Server diagnostics algorithm :

  1. The system creates a block in the DHCP-server configuration file, which enables to work with the server's MAC-address
  2. The server passes authorization through DHCP.
  3. The server uploads the diagnostics template.
  4. The server check script starts.
  5. The "Server has hardware issues" status is set for the server.
  6. The system clarifies:
    1. The processor model.
    2. Amount of RAM.
    3. The presence of a hardware RAID-controller.
    4. The presence of HDDs (may not work properly if the server had a hardware raid controller)
    5. Hard drive slots.
  7. The system checks:
    1. Local connection speed.
    2. Read rate and SMART-information of HDD.
  8. If IPMI is detected, then the system configures:
    1. Network settings (IP-address, mask, gateway)
    2. New user and new password.
    3. If the Add IPMI automatically option is enabled in IPMI will be added to the server.
  9. All the information is sent to DCImanager.
  10. The server is powered off if the Power off servers upon checking option is enabled in  Settings Global settings. Otherwise, the server is rebooted in the normal course. 
  11. DCImanager processes diagnostics results:
    1. DCImanager compares that the platform corresponds to the detected server equipment:
      1. The number of processors should be more than 0, but not exceed the value specified for the platform type.
      2. The amount of RAM should be more than 0, but not exceed the value specified for the platform type.
      3. The number of HDD should be more than 0, but not exceed the value specified for the platform type.
        If the results differ from the values specified for the platform type, DCImanager creates a new platform and assigns it to the server.
    2. HDD is plugged off from the server. If the hardware RAID is found, only HHD that were added during the previous diagnostics will be plugged off. The HDD  that was specified manually will remain. Generally,  if the hardware RAID was found on the server, then DCImanager cannot receive correct HDD information.
    3. Read rate and SMART-information of HDD will be checked. Check parameters are specified in Types of equipmentHDDHDD types.
    4. Local connection speed will be checked.
    5. If sockets and scalability are not set for the CPU in Types of equipment Processors, the administrator will be asked to specify the missing data.
    6. The system checks, whether the status "Server has hardware issues" should be removed. The status will be removed, if the following requirements are met:
      1. Local connection speed is within the bounds of <LocalSpeedThreshold*Port_Speed/100> to <Port_Speed>. LocalSpeedTreshold - is a parameters in the DCImanager configuration file, in %( /usr/local/mgr5/etc/dcimgr.conf by default). The default value is 80%. For example, the default threshold for port 100 MB/sec is 80 MB/sec. Local connection speed, in this case, should be from 80 to 100 MB/sec.
      2. Hardware RAID is not present. 
      3. HDD parameters (read speed and SMART-criteria) are within the limits.

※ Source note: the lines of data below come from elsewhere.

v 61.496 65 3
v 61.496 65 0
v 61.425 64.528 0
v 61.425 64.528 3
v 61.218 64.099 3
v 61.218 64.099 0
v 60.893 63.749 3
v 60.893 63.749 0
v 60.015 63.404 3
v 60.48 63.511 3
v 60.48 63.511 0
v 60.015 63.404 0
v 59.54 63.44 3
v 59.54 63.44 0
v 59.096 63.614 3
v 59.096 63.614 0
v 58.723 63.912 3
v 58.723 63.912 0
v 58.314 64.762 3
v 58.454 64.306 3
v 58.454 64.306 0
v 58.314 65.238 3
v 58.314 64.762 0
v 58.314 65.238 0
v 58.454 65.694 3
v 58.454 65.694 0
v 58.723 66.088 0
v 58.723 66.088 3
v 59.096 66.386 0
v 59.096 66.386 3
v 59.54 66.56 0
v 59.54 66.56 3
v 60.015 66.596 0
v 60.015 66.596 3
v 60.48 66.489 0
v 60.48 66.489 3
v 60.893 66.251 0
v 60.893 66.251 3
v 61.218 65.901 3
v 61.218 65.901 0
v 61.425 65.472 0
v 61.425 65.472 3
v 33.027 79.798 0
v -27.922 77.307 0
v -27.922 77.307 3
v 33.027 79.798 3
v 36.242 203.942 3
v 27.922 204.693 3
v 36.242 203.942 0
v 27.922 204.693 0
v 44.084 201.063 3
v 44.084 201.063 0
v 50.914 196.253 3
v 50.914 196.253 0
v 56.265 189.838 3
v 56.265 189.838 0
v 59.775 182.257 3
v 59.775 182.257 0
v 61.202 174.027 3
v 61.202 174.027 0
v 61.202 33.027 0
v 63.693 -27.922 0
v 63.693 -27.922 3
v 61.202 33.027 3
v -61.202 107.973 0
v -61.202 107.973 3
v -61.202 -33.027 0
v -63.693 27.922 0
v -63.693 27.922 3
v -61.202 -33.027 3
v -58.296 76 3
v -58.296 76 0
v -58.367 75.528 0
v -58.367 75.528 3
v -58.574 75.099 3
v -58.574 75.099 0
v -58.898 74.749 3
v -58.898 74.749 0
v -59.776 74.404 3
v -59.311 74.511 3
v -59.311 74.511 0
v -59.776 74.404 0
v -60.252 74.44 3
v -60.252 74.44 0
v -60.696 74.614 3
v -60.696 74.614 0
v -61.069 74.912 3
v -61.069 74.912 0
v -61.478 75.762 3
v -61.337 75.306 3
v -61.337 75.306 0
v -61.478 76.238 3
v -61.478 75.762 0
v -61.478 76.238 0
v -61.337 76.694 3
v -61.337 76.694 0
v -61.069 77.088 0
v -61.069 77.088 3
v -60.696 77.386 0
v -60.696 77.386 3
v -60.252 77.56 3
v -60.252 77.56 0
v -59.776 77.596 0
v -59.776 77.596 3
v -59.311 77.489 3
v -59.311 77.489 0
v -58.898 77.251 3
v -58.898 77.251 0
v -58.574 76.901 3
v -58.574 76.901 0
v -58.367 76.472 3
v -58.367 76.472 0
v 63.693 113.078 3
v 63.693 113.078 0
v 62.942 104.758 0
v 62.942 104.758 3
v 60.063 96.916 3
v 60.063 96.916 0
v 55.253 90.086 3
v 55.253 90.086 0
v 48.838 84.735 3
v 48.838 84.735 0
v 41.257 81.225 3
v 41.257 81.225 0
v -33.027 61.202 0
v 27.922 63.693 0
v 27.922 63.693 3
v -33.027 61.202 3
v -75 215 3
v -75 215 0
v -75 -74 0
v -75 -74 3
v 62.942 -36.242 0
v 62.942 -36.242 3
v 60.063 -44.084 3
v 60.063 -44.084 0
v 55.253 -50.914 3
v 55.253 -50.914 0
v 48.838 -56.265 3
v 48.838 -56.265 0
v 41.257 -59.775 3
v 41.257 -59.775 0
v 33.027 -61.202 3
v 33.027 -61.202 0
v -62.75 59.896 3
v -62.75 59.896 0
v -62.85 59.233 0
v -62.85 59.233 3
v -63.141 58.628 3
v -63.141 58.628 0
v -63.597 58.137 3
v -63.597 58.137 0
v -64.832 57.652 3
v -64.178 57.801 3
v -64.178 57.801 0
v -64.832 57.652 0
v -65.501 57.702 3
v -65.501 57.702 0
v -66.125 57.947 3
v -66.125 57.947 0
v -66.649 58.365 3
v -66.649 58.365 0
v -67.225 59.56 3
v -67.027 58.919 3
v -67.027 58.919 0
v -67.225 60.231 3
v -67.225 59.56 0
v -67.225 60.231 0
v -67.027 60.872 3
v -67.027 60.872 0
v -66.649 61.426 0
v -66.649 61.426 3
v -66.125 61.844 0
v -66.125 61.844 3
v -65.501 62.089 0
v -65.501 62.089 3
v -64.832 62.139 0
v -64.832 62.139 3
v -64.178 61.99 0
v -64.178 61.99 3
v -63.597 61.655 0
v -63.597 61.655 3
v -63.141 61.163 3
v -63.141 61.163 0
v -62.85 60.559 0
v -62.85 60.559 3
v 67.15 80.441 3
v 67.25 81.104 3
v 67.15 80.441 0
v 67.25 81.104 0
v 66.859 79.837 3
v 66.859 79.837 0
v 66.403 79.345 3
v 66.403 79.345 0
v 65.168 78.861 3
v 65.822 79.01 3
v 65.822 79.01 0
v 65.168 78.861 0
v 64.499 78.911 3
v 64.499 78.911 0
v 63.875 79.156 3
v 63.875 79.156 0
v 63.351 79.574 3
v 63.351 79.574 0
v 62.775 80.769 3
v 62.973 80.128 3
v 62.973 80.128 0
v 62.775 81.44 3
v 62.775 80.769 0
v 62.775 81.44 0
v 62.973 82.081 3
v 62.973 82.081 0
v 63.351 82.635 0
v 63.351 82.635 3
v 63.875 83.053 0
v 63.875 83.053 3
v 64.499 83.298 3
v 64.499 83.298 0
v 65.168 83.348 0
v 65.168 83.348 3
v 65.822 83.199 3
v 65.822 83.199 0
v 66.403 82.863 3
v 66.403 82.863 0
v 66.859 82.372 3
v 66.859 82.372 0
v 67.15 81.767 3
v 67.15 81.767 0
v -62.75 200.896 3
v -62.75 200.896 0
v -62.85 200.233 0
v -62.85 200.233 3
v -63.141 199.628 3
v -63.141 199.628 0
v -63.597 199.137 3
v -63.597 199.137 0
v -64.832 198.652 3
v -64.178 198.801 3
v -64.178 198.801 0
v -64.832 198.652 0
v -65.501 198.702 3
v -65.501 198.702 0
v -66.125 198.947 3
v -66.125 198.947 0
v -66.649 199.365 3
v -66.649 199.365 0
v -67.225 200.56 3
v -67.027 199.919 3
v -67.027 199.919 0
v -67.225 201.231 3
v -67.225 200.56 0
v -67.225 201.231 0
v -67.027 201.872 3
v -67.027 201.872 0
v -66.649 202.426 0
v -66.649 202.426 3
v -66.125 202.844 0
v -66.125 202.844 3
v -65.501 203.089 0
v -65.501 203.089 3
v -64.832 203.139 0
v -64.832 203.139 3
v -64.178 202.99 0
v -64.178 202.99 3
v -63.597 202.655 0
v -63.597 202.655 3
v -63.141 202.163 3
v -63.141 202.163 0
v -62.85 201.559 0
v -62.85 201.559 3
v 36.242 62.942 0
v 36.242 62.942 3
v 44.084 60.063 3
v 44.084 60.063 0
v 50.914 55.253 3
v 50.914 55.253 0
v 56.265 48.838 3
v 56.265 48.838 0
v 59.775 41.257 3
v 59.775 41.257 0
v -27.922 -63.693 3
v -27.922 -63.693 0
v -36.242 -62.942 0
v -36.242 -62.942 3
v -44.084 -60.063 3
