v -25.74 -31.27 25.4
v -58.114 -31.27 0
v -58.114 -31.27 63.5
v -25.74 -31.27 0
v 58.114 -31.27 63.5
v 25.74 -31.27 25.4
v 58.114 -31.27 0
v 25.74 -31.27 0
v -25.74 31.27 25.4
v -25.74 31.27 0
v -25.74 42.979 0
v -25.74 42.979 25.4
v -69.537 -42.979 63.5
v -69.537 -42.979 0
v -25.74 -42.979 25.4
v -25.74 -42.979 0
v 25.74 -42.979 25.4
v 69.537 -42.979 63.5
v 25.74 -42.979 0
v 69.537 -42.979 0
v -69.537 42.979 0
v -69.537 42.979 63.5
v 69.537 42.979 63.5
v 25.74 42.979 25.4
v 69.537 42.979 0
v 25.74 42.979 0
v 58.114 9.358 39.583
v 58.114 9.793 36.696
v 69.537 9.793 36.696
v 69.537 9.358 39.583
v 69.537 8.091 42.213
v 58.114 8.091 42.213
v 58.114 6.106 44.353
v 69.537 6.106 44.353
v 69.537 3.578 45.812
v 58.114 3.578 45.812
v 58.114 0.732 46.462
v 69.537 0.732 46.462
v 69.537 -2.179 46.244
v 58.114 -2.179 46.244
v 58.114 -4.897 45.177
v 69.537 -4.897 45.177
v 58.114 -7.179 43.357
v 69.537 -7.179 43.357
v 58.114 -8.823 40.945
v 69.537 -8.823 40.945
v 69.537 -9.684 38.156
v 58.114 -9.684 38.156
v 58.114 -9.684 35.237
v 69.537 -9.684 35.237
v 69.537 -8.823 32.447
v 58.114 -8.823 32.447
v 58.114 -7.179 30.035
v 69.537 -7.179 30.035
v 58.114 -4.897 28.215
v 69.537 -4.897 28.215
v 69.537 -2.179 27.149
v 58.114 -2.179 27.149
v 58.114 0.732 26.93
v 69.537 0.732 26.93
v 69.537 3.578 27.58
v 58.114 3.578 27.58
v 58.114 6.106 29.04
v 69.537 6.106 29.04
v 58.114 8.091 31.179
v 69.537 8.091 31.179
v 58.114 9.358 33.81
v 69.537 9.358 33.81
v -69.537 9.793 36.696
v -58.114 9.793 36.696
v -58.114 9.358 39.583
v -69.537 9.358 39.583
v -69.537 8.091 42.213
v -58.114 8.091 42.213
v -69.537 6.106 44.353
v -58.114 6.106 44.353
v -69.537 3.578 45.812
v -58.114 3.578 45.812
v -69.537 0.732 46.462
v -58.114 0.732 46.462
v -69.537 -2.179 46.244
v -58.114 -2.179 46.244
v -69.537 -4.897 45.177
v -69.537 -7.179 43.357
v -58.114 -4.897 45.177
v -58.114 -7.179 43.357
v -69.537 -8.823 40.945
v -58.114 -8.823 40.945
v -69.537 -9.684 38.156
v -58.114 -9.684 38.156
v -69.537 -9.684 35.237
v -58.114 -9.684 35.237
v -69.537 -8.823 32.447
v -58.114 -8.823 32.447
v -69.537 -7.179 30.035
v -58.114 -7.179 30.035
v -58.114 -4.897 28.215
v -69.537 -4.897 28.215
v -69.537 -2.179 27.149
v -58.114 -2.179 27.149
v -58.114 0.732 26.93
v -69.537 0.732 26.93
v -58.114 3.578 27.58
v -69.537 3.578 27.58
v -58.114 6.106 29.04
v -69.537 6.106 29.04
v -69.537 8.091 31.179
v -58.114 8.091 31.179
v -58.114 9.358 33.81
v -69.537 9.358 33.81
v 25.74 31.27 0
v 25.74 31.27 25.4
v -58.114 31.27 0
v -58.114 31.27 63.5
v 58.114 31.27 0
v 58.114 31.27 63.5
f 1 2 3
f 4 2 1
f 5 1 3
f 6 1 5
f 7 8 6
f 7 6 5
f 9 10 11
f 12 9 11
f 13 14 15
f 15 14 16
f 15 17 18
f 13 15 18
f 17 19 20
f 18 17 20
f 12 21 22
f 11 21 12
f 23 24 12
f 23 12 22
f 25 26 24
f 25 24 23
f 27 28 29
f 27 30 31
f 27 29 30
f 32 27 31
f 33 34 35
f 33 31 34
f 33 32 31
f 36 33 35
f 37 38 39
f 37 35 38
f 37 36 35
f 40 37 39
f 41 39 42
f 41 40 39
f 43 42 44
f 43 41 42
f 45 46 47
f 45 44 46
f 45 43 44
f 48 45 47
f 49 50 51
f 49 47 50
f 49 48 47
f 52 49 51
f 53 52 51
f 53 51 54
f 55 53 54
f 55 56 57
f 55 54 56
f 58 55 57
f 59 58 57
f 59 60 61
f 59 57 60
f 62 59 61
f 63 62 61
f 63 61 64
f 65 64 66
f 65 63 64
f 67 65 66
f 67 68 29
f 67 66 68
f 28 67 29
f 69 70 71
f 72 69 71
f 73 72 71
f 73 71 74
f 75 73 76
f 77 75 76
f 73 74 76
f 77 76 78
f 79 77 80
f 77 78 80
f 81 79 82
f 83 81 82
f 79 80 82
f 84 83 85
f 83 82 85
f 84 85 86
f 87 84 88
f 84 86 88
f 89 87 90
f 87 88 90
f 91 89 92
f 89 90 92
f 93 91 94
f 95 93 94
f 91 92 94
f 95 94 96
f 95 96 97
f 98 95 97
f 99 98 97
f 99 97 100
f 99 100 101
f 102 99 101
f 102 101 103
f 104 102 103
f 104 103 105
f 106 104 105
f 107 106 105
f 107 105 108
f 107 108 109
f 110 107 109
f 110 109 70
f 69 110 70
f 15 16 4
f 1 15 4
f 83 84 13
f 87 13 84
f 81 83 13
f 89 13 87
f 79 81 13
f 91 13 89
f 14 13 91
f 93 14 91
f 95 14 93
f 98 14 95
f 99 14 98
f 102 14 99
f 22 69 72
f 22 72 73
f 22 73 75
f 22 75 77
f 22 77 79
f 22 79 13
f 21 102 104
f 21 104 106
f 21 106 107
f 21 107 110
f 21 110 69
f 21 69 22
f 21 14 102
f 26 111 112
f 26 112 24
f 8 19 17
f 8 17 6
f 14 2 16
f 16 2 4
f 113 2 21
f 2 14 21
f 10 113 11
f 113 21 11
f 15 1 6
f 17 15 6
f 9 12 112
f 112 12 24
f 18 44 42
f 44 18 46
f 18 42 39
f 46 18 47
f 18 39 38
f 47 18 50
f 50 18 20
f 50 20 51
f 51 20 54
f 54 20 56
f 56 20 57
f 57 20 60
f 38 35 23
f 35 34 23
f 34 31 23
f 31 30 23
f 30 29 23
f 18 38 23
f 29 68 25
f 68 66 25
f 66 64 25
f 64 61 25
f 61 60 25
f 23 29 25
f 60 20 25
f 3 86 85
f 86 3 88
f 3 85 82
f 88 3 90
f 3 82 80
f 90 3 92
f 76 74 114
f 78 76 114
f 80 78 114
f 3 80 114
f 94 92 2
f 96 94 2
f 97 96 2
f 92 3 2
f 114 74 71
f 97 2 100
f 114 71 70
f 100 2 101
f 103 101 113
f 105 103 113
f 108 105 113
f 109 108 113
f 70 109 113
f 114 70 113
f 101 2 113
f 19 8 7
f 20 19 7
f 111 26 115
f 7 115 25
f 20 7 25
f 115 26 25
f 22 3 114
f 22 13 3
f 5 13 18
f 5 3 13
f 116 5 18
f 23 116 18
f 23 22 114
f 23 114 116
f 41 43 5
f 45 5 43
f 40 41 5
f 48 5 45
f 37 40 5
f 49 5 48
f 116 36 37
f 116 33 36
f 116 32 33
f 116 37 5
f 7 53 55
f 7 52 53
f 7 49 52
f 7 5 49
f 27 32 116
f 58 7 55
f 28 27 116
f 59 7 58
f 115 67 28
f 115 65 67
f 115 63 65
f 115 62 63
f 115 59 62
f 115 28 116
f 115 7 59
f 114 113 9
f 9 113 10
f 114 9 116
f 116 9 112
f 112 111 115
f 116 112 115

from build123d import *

# Parameters (mm, degrees)
F0_W     = 139.073908329
F0_H     = 85.957378149
F0_W_2   = 116.2280887365
F0_H_2   = 62.5404193997
F1_DEPTH = 63.5
F2_W     = 51.4795817435
F2_H     = 101.4539152384
F3_DEPTH = 25.4
F4_DEPTH = 25.4
F5_R     = 9.7930895965
F6_DEPTH = 69.5379541645


# Not quite as in the source:
# - a pattern or mirror of a feature is missing from the dataset's text; its kind, count and spacing are read off the source's solid


with BuildPart() as f1:
    # F0 (on Top) → F1 (new body)
    with BuildSketch(Plane.XY):
        Rectangle(F0_W, F0_H)
        Rectangle(F0_W_2, F0_H_2, mode=Mode.SUBTRACT)
    extrude(amount=F1_DEPTH)

    # F2 (on Top) → F3 (join)
    with BuildSketch(Plane.XY):
        Rectangle(F2_W, F2_H)
    extrude(amount=F3_DEPTH)

    # F2 (on Top) → F4 (cut)
    with BuildSketch(Plane.XY):
        Rectangle(F2_W, F2_H)
    extrude(amount=F4_DEPTH, mode=Mode.SUBTRACT)

    # F5 (on Right) → F6 (cut, through all)
    with BuildSketch(Plane.YZ):
        with Locations((0, 36.6961322725)):
            Circle(F5_R)
    f6 = extrude(amount=-F6_DEPTH, mode=Mode.SUBTRACT)

    # F6_copies: F6 across plane
    add(f6.mirror(Plane(origin=(0, 0, 0), x_dir=(0, 0, 1), z_dir=(1, 0, 0))), mode=Mode.SUBTRACT)


solid = f1.part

To check the last diagnostics results go to the section Main menu Servers Edit →  Diagnostic results block.

Note

If the diagnostic process is interrupted on the server, the server will have the "Server has hardware issues" status.

To remove the status after diagnostics go to the section Main menu → Servers → Edit and enter the necessary fields, which are empty. For example, if the server platform type wasn't defined, in the server edit form you will see "No platform" in the "Platform type" field, and the warning "A platform type is not selected for this server".